= Harvey Kirck =

Canadian news anchor (1928–2002)

Harvey Kirck (October 14, 1928 – February 18, 2002) was a Canadian news anchor. Born in Uno Park, near New Liskeard, Ontario, Kirck moved with his family to Toronto in 1943.

==Radio days==
His career began in radio at Sault Ste. Marie's CJIC in 1948, then on to CKBB in Barrie, Ontario, CKXL in Calgary, Alberta, and CKEY and CHUM in Toronto in the 1940s and 1950s.

==Television career==
He joined CHCH in Hamilton in 1960, and then moved to CTV in 1963. He joined the CTV National News in 1963 as co-anchor replacing Baden Langton who had joined ABC News. He initially co-anchored with Peter Jennings and Ab Douglas but when Jennings followed Langton to ABC, Kirck became sole anchor with Douglas doing inserts from Ottawa. In 1976, Kirck was joined by Lloyd Robertson, forming an anchoring team that remained until Kirck's retirement from the broadcast in 1984. From 1984 to 1987 he was a host on W5. He also hosted Sketches of Our Town from the mid 1980s to early 1990s.

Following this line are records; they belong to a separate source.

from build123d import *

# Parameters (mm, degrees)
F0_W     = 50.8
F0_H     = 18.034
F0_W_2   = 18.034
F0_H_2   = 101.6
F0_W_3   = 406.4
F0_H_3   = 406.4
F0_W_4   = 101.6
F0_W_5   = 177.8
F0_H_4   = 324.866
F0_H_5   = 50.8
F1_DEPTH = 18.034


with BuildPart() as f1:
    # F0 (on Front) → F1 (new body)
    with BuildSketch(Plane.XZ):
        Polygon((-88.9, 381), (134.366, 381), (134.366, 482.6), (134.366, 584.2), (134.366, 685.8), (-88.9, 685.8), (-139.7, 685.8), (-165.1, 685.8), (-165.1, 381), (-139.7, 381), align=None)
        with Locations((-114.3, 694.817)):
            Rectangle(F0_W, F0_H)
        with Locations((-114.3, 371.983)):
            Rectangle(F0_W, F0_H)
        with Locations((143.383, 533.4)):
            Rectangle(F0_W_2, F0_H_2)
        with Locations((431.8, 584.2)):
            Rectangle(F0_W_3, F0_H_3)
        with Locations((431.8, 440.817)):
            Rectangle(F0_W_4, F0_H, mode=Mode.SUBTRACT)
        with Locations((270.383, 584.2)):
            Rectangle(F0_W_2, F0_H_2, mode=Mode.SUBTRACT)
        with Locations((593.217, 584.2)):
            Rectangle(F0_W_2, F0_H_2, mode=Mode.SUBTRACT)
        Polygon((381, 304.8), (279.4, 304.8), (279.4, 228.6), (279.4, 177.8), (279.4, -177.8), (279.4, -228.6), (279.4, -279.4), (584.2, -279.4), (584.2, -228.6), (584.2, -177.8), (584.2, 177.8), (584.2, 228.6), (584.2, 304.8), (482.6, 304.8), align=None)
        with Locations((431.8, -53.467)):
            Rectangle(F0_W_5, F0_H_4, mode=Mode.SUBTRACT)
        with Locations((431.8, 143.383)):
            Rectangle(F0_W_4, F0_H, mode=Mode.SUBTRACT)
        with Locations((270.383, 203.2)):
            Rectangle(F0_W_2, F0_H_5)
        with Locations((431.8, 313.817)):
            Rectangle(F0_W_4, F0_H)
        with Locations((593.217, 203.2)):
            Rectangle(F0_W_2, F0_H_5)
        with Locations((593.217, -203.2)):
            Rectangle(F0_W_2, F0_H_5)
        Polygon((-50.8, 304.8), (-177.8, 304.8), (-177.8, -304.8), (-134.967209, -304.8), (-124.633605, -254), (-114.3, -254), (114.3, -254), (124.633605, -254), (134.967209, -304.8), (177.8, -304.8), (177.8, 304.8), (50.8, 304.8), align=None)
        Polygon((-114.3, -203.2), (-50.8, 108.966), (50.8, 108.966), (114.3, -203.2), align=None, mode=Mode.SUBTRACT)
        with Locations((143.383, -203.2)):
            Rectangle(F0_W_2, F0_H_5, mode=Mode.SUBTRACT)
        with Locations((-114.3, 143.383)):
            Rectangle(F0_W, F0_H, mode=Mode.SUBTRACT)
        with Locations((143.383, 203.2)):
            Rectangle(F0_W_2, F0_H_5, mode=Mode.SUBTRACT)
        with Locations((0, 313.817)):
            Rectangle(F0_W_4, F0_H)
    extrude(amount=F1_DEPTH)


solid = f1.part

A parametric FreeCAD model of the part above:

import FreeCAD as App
import Part
import Sketcher

V = App.Vector
Q = App.Units.Quantity


def add_polygon(sketch, points):
    """Adds a closed chain of lines whose ends are joined by coincident constraints."""
    first, n = sketch.GeometryCount, len(points)
    for a, b in zip(points, points[1:] + points[:1]):
        sketch.addGeometry(Part.LineSegment(App.Vector(*a, 0), App.Vector(*b, 0)), False)
    for i in range(n):
        sketch.addConstraint(Sketcher.Constraint("Coincident", first + i, 2, first + (i + 1) % n, 1))

doc = App.newDocument("Part")
body = doc.addObject("PartDesign::Body", "Body")
body.AllowCompound = True

# Sketch on XZ plane
sketch1 = doc.addObject("Sketcher::SketchObject", "Sketch")
body.addObject(sketch1)
sketch1.AttachmentSupport = (doc.XZ_Plane, [""])
sketch1.MapMode = "FlatFace"
add_polygon(sketch1, [(134, 381), (134, 483), (152, 483), (152, 584), (134, 584), (134, 686), (-89, 686), (-89, 704), (-140, 704), (-140, 686), (-165, 686), (-165, 381), (-140, 381), (-140, 363), (-89, 363), (-89, 381)])  # lines 0-15
add_polygon(sketch1, [(229, 787), (229, 381), (635, 381), (635, 787)])  # lines 16-19
add_polygon(sketch1, [(483, 432), (381, 432), (381, 450), (483, 450)])  # lines 20-23
add_polygon(sketch1, [(279, 533), (261, 533), (261, 635), (279, 635)])  # lines 24-27
add_polygon(sketch1, [(602, 533), (584, 533), (584, 635), (602, 635)])  # lines 28-31
add_polygon(sketch1, [(279, 305), (279, 229), (261, 229), (261, 178), (279, 178), (279, -279), (584, -279), (584, -229), (602, -229), (602, -178), (584, -178), (584, 178), (602, 178), (602, 229), (584, 229), (584, 305), (483, 305), (483, 323), (381, 323), (381, 305)])  # lines 32-51
add_polygon(sketch1, [(521, -216), (343, -216), (343, 109), (521, 109)])  # lines 52-55
add_polygon(sketch1, [(483, 134), (381, 134), (381, 152), (483, 152)])  # lines 56-59
add_polygon(sketch1, [(-178, 305), (-178, -305), (-135, -305), (-125, -254), (125, -254), (135, -305), (178, -305), (178, 305), (51, 305), (51, 323), (-51, 323), (-51, 305)])  # lines 60-71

Kirck was one of the longest-serving newsmen in North America, and was inducted into the Canadian Association of Broadcasters Hall of Fame in 2000. He died of congestive heart failure two years later at the age of 73.

==Personal==

Kirck was married three times (Maggie m 1947, Renate m 1962) and was survived by wife Brenda (m. 1983) and three children.